• La guerre de l’État contre les étrangers. Un extrait du livre de Karine Parrot
    https://www.contretemps.eu/guerre-etat-migrants

    À la rubrique des mécanismes déloyaux déployés contre les pauvres qui arrivent jusqu’en Europe, le «  système #Dublin  » est sans doute un des plus féroces et des plus élaborés. Il montre jusqu’où peut aller le fantasme gestionnaire des gouvernants, cette idée qu’il serait possible de traiter certaines personnes exactement comme des flux, alimentant des stocks à transférer, à se répartir, à tarir. À aucun moment dans le mécanisme Dublin, les personnes ne sont véritablement prises en considération, si ce n’est au prisme de leur volonté présumée de contourner les règles.

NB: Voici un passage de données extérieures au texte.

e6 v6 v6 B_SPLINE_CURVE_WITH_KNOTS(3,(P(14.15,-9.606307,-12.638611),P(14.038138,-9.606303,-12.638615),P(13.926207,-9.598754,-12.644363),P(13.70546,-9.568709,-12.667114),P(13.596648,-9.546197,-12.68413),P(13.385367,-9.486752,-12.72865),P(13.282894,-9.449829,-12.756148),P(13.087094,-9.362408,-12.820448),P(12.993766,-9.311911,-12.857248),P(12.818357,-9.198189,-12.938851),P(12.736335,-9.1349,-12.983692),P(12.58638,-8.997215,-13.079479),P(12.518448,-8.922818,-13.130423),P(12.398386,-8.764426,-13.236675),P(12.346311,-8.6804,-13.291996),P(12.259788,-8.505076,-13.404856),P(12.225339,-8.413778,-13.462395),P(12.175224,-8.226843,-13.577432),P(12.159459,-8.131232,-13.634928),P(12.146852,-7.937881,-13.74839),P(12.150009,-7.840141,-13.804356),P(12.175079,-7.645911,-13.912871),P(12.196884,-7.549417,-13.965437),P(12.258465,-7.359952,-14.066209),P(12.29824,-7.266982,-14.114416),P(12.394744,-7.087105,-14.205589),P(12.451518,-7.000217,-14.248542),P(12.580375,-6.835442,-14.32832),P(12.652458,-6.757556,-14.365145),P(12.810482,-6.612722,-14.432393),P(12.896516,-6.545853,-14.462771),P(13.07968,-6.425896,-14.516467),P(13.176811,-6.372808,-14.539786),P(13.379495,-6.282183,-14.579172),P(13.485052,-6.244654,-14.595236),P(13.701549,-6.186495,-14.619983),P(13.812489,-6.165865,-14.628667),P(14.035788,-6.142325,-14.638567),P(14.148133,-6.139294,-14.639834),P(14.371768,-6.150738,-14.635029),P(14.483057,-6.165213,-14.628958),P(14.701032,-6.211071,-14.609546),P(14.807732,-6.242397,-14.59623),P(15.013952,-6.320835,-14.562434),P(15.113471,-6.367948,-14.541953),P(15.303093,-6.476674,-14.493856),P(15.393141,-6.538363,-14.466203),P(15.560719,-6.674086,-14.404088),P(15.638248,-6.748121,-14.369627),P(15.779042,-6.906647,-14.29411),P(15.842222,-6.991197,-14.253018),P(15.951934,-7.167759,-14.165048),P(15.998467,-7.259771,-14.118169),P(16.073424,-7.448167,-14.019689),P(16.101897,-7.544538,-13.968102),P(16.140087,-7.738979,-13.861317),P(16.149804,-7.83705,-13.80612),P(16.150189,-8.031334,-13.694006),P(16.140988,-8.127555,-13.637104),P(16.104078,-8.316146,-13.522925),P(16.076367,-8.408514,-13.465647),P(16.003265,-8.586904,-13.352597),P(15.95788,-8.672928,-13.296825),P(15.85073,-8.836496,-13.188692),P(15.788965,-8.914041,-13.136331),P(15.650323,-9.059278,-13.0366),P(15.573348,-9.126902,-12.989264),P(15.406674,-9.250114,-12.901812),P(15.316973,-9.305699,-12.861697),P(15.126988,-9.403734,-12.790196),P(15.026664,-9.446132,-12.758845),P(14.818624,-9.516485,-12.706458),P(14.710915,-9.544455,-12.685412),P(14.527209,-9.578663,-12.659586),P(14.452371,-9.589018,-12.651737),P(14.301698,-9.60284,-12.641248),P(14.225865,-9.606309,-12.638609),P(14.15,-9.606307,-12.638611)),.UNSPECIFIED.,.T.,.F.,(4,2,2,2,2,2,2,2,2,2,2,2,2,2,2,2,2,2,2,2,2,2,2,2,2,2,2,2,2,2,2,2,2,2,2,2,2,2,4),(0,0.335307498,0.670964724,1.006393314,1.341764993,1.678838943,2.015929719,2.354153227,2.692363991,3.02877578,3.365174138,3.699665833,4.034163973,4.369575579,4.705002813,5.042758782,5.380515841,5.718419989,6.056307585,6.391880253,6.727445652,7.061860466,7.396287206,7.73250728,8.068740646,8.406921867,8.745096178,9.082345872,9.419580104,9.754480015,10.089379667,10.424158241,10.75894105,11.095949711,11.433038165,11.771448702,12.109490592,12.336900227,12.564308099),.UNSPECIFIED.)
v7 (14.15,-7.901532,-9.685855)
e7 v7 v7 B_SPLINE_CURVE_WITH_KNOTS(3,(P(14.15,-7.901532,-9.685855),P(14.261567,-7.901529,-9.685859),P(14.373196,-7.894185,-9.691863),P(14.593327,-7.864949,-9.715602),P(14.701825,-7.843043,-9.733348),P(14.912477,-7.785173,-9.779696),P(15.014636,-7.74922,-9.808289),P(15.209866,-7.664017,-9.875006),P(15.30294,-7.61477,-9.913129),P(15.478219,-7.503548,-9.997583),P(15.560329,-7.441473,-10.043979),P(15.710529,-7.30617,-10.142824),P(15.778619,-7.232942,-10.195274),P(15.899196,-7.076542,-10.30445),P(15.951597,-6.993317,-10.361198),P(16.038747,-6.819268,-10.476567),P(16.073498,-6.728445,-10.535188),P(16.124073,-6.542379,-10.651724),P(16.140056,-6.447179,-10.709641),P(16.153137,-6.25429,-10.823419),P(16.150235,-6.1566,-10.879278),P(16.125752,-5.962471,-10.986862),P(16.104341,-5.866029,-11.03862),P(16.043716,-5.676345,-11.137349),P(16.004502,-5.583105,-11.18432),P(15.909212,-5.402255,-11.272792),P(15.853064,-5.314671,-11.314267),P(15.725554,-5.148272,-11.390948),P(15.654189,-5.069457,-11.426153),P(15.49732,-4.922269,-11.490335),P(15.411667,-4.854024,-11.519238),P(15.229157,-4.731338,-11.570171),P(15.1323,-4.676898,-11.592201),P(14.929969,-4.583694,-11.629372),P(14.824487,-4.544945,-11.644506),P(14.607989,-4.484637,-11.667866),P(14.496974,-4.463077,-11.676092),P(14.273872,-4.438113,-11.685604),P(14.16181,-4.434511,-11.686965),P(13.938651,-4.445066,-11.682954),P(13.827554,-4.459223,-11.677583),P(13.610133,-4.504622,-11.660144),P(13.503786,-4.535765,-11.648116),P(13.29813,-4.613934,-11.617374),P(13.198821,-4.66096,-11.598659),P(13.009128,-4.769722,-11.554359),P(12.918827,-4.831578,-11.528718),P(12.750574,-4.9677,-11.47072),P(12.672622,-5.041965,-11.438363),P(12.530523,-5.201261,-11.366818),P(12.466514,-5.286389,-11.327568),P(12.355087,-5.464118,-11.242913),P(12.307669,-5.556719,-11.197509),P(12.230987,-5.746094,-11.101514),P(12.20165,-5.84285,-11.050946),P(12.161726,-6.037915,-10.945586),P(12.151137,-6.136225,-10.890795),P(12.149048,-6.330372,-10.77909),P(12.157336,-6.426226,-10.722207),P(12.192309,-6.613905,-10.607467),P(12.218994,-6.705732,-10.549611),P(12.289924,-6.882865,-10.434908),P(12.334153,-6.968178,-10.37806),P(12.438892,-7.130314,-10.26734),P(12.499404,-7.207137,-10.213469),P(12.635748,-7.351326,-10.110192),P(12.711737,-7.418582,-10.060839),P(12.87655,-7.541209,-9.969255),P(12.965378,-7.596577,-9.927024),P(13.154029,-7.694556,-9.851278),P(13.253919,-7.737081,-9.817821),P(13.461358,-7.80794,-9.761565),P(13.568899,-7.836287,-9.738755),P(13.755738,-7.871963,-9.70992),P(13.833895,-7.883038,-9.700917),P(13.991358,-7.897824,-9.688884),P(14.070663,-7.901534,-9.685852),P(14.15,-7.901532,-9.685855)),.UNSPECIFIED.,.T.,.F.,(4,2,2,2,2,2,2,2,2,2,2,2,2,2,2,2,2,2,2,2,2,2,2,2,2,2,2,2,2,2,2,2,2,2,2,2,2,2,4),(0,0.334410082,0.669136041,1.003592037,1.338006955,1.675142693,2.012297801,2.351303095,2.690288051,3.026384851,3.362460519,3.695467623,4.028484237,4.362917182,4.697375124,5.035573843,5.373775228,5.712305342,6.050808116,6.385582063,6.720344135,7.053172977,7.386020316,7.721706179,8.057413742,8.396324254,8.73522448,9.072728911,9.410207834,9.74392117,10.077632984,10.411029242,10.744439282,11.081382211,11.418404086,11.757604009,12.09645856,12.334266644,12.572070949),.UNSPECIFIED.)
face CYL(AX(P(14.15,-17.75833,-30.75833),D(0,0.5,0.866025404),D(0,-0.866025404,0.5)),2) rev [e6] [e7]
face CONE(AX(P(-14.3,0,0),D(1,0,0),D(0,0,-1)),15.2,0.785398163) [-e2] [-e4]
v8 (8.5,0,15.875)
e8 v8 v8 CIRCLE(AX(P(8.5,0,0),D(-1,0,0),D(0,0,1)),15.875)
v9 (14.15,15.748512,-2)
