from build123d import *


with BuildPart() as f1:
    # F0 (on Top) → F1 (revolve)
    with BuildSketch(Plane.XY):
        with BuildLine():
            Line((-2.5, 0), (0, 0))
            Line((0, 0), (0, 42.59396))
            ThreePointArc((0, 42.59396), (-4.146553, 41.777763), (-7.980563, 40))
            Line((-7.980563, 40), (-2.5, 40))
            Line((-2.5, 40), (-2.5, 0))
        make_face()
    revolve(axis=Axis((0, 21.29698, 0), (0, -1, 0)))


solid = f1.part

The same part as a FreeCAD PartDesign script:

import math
import FreeCAD as App
import Part
import Sketcher
Q = App.Units.Quantity

doc = App.newDocument("Part")
body = doc.addObject("PartDesign::Body", "Body")

sketch1 = body.newObject("Sketcher::SketchObject", "Sketch")
sketch1.AttachmentSupport = (doc.getObject("XY_Plane"), [""])
sketch1.MapMode = "FlatFace"
sketch1.addGeometry([
    Part.LineSegment(App.Vector(-2.5, 0, 0), App.Vector(0, 0, 0)),
    Part.LineSegment(App.Vector(0, 0, 0), App.Vector(0, 42.6, 0)),
    Part.ArcOfCircle(Part.Circle(App.Vector(1.3, 25, 0), App.Vector(0, 0, 1), 17.7), math.radians(94), math.radians(122)),
    Part.LineSegment(App.Vector(-8, 40, 0), App.Vector(-2.5, 40, 0)),
    Part.LineSegment(App.Vector(-2.5, 40, 0), App.Vector(-2.5, 0, 0)),
], False)
sketch1.addConstraint([
    Sketcher.Constraint("Coincident", 0, 2, 1, 1),
    Sketcher.Constraint("Coincident", 1, 2, 2, 1),
    Sketcher.Constraint("Coincident", 2, 2, 3, 1),
    Sketcher.Constraint("Coincident", 3, 2, 4, 1),
    Sketcher.Constraint("Coincident", 4, 2, 0, 1),
    Sketcher.Constraint("Horizontal", 0),
    Sketcher.Constraint("Vertical", 1),
    Sketcher.Constraint("Horizontal", 3),
    Sketcher.Constraint("Vertical", 4),
    Sketcher.Constraint("Coincident", 0, 2, -1, 1),
    Sketcher.Constraint("DistanceY", 4, 2, 4, 1, Q("40 mm")),
    Sketcher.Constraint("DistanceX", 0, 1, 0, 2, Q("2.5 mm")),
    Sketcher.Constraint("Radius", 2, Q("17.664273 mm")),
    Sketcher.Constraint("DistanceY", 1, 1, 1, 2, Q("42.59396 mm")),
    Sketcher.Constraint("DistanceX", 3, 1, 3, 2, Q("5.480563 mm")),
])
revolution = body.newObject("PartDesign::Revolution", "Revolution")
revolution.Profile = sketch1
revolution.ReferenceAxis = (sketch1, ["V_Axis"])
revolution.Angle = 360

doc.recompute()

    #migration #Union_européenne

    • Carte blanche. L’Etat contre les étrangers

      L’actualité la plus récente a donné à voir une #fracture au sein de la gauche et des forces d’émancipation : on parle d’un côté des « no border », accusés d’angélisme face à la « pression migratoire », et d’un autre côté il y a les « souverainistes », attachés aux #frontières et partisans d’une « gestion humaine des flux migratoires ». Ce débat se résume bien souvent à des principes humanistes d’une part (avec pour argument qu’il n’y a pas de crise migratoire mais une crise de l’accueil des migrants) opposés à un principe de « réalité » (qui se prévaut d’une légitimité soi-disant « populaire », selon laquelle l’accueil ne peut que détériorer le niveau de vie, les salaires, les lieux de vie des habitants du pays). Dans ce cinglant essai, Karine Parrot, juriste et membre du GISTI (Groupe d’information et de soutien des immigrés), met en lumière un aspect souvent ignoré de ce débat : à quoi servent au juste les frontières ? qu’est-ce que la nationalité ? Sur la base du droit, Karine Parrot montre que la frontière et la restriction des circulations humaines, sont indissociables d’une #hiérarchie_sociale des peuples à l’échelle mondiale. La #frontière signifie aux plus aisés que, pour eux, aucune frontière n’est infranchissable, tandis qu’elle dit aux autres que, pauvres, hommes, femmes, enfants devront voyager au péril de leur vie, de leur santé, de leur dignité. De l’invention de la #nationalité comme mode de gestion et de #criminalisation des populations (et notamment des pauvres, des « indigents », des vagabonds) jusqu’à la facilitation de la #rétention, en passant par le durcissement des conditions d’#asile et de séjour, ou encore les noyades de masse orchestrées par les gouvernements, l’Union européenne et leur officine semi-privée et militarisée (#Frontex), Karine Parrot révèle qu’il n’y a aucune raison vertueuse ou conforme au « #bien_commun » qui justifie les frontières actuelles des États. Le droit de l’immigration ne vise qu’à entériner la loi du plus fort entre le Nord et le Sud ; il n’a d’autre fin que conditionner, incarcérer, asservir et mettre à mort les populations surnuméraires que la « #mondialisation_armée » n’a de cesse reproduire à l’échelle du monde.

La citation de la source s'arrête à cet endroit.